──────── Records supplied ────────
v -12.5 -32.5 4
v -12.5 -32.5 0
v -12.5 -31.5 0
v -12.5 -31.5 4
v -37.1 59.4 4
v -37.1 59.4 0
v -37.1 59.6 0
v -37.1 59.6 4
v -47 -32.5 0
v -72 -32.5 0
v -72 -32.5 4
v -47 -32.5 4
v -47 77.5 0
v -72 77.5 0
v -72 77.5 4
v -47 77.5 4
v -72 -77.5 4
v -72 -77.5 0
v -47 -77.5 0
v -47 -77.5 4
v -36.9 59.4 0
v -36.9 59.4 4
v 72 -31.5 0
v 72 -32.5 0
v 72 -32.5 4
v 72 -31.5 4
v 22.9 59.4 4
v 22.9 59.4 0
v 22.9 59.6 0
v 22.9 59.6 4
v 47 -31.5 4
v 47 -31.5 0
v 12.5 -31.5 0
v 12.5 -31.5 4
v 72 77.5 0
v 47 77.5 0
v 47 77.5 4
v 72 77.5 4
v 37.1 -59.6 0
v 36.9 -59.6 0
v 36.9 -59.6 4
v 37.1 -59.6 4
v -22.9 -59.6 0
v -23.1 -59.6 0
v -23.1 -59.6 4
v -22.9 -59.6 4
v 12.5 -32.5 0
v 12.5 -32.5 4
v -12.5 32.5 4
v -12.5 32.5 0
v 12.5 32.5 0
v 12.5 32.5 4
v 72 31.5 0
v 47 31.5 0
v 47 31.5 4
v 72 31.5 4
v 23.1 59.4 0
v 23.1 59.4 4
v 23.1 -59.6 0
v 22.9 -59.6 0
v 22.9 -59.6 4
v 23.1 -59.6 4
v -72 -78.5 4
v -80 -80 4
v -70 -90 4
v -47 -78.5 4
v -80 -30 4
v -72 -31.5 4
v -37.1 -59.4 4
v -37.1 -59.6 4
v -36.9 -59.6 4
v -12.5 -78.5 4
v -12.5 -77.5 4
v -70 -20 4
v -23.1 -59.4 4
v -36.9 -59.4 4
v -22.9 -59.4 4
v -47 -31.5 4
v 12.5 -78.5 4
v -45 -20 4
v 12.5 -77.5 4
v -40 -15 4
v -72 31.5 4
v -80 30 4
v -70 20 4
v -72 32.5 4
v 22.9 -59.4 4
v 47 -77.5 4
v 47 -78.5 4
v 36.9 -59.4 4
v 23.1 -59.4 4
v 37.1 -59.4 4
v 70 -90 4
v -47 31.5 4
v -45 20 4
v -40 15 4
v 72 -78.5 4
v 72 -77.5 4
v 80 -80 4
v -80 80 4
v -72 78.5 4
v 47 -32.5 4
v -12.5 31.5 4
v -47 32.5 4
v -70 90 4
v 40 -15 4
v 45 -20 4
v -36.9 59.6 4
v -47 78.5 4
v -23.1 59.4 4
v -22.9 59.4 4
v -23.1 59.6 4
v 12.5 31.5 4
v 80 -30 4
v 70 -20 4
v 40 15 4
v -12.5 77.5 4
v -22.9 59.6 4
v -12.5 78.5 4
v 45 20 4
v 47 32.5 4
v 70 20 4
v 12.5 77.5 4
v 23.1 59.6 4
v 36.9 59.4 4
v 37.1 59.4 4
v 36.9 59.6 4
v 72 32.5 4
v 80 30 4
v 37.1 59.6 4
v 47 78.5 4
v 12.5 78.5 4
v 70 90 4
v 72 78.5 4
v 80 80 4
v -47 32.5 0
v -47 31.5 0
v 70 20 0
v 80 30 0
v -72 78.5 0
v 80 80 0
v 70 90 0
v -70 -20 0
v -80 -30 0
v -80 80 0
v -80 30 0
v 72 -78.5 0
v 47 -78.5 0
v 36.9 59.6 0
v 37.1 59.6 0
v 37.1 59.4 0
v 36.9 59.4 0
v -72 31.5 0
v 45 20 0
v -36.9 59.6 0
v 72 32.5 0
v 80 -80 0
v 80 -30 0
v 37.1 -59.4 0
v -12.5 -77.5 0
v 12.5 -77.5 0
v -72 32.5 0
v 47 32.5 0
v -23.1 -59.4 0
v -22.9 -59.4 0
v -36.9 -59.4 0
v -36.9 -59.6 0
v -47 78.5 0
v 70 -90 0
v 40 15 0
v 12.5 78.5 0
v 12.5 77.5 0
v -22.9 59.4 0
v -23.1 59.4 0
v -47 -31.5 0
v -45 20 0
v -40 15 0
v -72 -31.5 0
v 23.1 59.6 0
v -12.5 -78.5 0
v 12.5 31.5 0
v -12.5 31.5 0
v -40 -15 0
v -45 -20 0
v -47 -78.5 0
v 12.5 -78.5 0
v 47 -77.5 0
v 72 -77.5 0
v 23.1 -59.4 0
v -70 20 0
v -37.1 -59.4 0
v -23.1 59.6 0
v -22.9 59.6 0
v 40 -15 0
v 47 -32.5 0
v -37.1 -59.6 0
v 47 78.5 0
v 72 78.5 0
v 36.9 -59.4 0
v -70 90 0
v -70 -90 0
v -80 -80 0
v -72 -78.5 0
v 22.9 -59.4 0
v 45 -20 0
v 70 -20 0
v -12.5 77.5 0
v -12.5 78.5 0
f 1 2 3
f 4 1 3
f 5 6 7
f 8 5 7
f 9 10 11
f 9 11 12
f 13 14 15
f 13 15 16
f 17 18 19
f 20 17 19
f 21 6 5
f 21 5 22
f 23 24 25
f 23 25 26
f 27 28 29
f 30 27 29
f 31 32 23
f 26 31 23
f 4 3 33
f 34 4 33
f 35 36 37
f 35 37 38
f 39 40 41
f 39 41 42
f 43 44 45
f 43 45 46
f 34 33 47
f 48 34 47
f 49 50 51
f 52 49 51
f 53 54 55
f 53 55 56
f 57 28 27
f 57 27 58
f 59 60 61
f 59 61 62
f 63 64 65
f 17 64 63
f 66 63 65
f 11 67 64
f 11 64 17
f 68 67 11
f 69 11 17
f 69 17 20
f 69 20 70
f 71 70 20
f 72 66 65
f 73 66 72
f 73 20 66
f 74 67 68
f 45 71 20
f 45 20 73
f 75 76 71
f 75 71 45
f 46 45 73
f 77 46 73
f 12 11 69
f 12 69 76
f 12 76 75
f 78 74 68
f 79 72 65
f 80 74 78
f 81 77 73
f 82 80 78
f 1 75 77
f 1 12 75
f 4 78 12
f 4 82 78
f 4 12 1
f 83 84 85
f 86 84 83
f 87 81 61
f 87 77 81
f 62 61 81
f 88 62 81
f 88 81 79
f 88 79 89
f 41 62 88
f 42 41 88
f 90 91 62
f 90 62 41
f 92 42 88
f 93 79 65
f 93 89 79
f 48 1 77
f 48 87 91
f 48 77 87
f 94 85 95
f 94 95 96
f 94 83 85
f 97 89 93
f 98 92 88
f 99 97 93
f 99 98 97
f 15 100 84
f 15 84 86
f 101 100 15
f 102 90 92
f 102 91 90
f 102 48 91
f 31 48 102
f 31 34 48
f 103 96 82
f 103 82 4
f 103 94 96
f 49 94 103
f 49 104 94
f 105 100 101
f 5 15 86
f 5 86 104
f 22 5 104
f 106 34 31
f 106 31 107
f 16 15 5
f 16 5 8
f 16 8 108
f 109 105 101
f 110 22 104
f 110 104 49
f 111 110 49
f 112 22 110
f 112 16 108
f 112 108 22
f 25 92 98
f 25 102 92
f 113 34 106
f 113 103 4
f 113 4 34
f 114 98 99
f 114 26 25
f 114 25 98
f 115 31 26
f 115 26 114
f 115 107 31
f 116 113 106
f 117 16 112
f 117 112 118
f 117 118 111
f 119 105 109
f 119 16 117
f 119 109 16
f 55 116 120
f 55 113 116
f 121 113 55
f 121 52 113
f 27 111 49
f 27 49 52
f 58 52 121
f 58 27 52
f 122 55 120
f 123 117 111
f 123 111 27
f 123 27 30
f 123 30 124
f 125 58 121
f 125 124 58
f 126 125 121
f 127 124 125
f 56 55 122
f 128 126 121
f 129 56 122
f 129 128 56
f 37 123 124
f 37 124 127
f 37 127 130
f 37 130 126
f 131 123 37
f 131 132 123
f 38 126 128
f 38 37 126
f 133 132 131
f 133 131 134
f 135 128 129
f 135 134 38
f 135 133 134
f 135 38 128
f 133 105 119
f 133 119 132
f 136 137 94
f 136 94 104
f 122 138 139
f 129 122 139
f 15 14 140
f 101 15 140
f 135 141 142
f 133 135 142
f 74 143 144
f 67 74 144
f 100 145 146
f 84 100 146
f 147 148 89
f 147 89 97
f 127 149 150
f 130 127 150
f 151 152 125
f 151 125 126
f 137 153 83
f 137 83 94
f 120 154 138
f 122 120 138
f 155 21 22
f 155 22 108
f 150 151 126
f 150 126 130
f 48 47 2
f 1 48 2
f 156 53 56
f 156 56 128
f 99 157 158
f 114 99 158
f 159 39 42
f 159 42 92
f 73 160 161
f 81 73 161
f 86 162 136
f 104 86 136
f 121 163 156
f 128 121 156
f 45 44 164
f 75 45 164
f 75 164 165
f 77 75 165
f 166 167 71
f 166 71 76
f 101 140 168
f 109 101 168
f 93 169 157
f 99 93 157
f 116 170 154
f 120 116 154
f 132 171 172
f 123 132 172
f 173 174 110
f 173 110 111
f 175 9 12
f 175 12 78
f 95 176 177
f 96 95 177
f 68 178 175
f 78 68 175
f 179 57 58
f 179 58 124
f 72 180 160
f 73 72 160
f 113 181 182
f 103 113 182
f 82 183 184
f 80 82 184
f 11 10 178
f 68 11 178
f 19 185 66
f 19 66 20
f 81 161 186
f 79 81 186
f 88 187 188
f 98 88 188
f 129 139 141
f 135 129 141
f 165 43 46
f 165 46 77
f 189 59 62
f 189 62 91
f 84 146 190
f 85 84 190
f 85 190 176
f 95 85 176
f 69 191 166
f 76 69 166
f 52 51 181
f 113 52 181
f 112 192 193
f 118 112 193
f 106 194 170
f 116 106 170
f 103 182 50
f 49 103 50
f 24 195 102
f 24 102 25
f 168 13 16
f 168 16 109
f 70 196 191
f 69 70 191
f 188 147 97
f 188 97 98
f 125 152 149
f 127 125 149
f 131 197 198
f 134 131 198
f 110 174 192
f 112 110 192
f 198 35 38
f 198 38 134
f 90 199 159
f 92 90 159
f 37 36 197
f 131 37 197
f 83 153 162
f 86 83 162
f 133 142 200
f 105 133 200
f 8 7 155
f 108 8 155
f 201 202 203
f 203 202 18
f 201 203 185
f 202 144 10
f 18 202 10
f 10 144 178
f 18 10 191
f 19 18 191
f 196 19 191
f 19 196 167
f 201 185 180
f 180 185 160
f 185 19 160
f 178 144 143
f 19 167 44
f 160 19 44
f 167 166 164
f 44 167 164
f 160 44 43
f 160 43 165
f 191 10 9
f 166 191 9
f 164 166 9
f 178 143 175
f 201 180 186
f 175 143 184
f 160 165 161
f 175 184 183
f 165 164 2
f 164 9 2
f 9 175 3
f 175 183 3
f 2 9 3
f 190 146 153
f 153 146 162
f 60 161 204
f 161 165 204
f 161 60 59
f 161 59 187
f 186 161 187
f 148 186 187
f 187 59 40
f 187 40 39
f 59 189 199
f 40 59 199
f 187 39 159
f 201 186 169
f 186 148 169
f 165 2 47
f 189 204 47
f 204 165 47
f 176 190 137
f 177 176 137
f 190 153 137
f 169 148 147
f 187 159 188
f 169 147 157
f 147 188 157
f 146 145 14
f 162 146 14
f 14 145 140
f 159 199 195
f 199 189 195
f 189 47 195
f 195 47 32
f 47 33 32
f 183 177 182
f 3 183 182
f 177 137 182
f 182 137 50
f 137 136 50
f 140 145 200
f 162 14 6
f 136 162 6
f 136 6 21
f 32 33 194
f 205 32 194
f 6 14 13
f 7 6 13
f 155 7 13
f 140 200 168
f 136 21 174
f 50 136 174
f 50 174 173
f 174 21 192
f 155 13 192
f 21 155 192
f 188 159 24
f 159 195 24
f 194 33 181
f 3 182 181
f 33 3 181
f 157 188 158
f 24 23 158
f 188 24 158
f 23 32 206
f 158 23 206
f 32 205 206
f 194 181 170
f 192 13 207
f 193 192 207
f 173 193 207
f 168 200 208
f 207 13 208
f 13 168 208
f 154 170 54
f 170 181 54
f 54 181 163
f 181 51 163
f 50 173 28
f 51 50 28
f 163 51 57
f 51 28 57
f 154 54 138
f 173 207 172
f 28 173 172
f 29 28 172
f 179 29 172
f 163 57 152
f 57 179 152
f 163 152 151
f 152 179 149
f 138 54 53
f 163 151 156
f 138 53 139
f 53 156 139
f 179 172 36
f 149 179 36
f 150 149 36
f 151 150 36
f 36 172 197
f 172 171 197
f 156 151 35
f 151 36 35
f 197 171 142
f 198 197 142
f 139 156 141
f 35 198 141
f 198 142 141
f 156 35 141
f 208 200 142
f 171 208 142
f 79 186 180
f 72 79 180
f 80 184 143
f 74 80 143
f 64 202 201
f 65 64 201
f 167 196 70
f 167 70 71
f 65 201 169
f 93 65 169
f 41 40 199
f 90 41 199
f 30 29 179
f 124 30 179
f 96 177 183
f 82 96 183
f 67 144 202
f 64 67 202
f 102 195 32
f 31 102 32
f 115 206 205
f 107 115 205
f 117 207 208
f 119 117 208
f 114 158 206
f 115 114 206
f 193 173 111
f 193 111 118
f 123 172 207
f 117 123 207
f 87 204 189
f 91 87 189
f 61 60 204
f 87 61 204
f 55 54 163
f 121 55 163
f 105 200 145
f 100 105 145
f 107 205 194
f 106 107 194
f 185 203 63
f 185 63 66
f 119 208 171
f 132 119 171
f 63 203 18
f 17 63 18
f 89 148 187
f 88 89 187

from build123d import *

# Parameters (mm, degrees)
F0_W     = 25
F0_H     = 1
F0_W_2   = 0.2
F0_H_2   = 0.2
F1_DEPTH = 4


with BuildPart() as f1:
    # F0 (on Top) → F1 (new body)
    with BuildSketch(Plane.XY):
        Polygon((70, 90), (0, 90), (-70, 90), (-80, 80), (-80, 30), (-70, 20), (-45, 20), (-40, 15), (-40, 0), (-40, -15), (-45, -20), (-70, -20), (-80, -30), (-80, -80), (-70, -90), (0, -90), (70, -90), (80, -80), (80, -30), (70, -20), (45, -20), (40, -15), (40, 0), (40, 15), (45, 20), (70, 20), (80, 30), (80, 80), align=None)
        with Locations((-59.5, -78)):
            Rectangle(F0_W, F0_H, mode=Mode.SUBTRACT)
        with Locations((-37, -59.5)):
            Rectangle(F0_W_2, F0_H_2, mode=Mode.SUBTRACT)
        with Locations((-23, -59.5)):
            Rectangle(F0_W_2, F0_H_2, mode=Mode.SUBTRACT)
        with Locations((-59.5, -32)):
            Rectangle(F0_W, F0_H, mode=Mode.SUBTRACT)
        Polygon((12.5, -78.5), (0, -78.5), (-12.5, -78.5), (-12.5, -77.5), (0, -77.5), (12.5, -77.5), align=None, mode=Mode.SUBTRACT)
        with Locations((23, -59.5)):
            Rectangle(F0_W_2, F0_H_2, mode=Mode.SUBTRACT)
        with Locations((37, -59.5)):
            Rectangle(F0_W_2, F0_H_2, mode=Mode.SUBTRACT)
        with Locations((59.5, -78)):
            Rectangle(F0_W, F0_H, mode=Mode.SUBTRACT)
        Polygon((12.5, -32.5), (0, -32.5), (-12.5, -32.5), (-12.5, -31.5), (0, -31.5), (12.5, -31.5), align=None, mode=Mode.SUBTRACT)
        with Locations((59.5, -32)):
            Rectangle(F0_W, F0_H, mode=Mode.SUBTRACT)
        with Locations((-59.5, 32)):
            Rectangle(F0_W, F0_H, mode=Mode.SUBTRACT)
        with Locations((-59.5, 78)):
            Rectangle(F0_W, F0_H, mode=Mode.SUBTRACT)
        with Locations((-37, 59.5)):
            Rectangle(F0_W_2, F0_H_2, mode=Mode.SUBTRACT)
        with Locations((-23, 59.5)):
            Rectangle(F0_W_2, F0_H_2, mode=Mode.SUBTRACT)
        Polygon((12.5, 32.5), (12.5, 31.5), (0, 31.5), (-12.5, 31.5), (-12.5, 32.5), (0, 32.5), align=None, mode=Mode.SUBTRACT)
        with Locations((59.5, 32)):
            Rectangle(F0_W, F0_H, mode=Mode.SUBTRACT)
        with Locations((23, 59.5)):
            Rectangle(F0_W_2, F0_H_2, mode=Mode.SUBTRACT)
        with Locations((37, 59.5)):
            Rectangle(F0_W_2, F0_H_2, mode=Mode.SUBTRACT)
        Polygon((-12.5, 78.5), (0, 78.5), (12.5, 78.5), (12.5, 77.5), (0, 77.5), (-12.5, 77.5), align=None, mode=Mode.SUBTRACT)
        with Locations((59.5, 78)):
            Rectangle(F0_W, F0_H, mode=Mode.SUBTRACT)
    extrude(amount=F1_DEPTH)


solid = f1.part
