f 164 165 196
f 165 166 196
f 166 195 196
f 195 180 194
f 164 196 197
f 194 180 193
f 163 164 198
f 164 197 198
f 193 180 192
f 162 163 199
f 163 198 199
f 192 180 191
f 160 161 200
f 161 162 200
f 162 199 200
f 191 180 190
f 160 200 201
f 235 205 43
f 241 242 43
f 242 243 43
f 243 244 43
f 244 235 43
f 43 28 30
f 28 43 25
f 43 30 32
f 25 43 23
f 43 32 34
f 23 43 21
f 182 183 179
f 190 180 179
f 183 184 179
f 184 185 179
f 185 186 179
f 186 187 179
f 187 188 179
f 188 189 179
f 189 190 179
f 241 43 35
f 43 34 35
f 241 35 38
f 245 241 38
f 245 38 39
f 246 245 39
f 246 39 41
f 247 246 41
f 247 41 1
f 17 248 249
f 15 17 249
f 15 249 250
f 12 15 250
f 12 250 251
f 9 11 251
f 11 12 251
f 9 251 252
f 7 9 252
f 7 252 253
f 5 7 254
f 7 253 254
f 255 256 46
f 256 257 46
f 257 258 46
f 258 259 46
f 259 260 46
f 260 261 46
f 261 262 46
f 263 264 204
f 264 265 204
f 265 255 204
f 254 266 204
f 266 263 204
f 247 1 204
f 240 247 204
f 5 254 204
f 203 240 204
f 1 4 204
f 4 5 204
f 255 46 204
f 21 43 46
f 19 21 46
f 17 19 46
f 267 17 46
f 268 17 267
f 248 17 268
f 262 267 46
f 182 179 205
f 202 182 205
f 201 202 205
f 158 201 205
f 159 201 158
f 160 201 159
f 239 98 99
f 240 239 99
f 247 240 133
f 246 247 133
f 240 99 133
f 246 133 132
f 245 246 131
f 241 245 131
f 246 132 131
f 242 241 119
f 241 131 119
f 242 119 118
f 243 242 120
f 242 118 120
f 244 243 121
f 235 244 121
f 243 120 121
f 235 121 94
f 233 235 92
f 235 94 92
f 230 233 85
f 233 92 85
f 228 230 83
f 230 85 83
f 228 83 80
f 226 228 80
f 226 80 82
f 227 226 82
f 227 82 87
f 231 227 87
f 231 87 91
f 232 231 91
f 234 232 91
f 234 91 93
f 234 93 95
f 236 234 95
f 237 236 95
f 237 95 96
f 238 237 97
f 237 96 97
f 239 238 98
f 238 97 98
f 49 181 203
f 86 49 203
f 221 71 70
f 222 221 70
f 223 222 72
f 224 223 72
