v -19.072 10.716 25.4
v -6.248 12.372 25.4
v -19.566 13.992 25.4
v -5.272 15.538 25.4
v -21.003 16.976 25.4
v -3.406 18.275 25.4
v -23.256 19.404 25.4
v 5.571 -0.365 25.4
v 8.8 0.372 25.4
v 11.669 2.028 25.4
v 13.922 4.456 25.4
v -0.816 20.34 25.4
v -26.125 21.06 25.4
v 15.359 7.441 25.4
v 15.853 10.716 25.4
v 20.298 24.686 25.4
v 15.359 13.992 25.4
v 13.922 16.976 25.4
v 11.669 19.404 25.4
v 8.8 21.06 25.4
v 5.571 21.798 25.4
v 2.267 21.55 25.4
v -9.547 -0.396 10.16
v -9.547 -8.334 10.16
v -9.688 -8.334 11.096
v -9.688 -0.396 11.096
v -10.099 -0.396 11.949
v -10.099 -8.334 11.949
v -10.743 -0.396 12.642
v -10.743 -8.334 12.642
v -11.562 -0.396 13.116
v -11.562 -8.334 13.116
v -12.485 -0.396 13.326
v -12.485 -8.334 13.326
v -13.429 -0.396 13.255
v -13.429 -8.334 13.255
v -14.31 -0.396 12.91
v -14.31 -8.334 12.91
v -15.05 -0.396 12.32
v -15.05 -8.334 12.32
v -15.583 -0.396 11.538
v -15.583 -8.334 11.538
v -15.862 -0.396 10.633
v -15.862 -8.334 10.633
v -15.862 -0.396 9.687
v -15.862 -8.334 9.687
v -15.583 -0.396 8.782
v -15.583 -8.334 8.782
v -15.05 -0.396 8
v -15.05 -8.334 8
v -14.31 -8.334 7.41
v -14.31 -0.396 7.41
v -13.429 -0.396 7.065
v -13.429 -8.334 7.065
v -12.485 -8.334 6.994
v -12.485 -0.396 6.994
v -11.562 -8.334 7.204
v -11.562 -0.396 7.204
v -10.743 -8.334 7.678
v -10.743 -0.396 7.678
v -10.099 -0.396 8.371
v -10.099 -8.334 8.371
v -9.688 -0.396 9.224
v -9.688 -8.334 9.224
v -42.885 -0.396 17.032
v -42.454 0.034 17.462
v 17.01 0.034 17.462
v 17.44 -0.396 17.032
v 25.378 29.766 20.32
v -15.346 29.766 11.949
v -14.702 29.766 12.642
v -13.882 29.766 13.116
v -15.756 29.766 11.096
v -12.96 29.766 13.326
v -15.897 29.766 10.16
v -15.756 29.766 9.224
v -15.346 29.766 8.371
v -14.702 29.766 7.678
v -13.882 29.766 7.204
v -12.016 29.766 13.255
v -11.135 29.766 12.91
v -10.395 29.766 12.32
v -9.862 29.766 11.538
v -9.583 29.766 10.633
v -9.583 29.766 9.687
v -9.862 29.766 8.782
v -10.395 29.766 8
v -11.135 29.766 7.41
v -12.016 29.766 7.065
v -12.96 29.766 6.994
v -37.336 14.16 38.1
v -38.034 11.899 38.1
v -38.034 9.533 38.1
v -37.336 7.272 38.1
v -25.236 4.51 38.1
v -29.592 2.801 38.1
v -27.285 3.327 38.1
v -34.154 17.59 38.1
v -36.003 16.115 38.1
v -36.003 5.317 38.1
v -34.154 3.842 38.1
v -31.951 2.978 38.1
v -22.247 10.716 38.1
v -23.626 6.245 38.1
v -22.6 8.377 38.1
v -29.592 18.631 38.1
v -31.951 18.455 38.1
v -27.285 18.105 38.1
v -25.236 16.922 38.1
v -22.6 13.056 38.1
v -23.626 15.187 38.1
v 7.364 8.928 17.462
────────
• _Your instructions_: Return, unchanged, the run of lines above that opens with the line containing "f 172 171 197" and closes with the line containing "f 90 41 199". Include both.

• _Exercise solution_:
f 172 171 197
f 156 151 35
f 151 36 35
f 197 171 142
f 198 197 142
f 139 156 141
f 35 198 141
f 198 142 141
f 156 35 141
f 208 200 142
f 171 208 142
f 79 186 180
f 72 79 180
f 80 184 143
f 74 80 143
f 64 202 201
f 65 64 201
f 167 196 70
f 167 70 71
f 65 201 169
f 93 65 169
f 41 40 199
f 90 41 199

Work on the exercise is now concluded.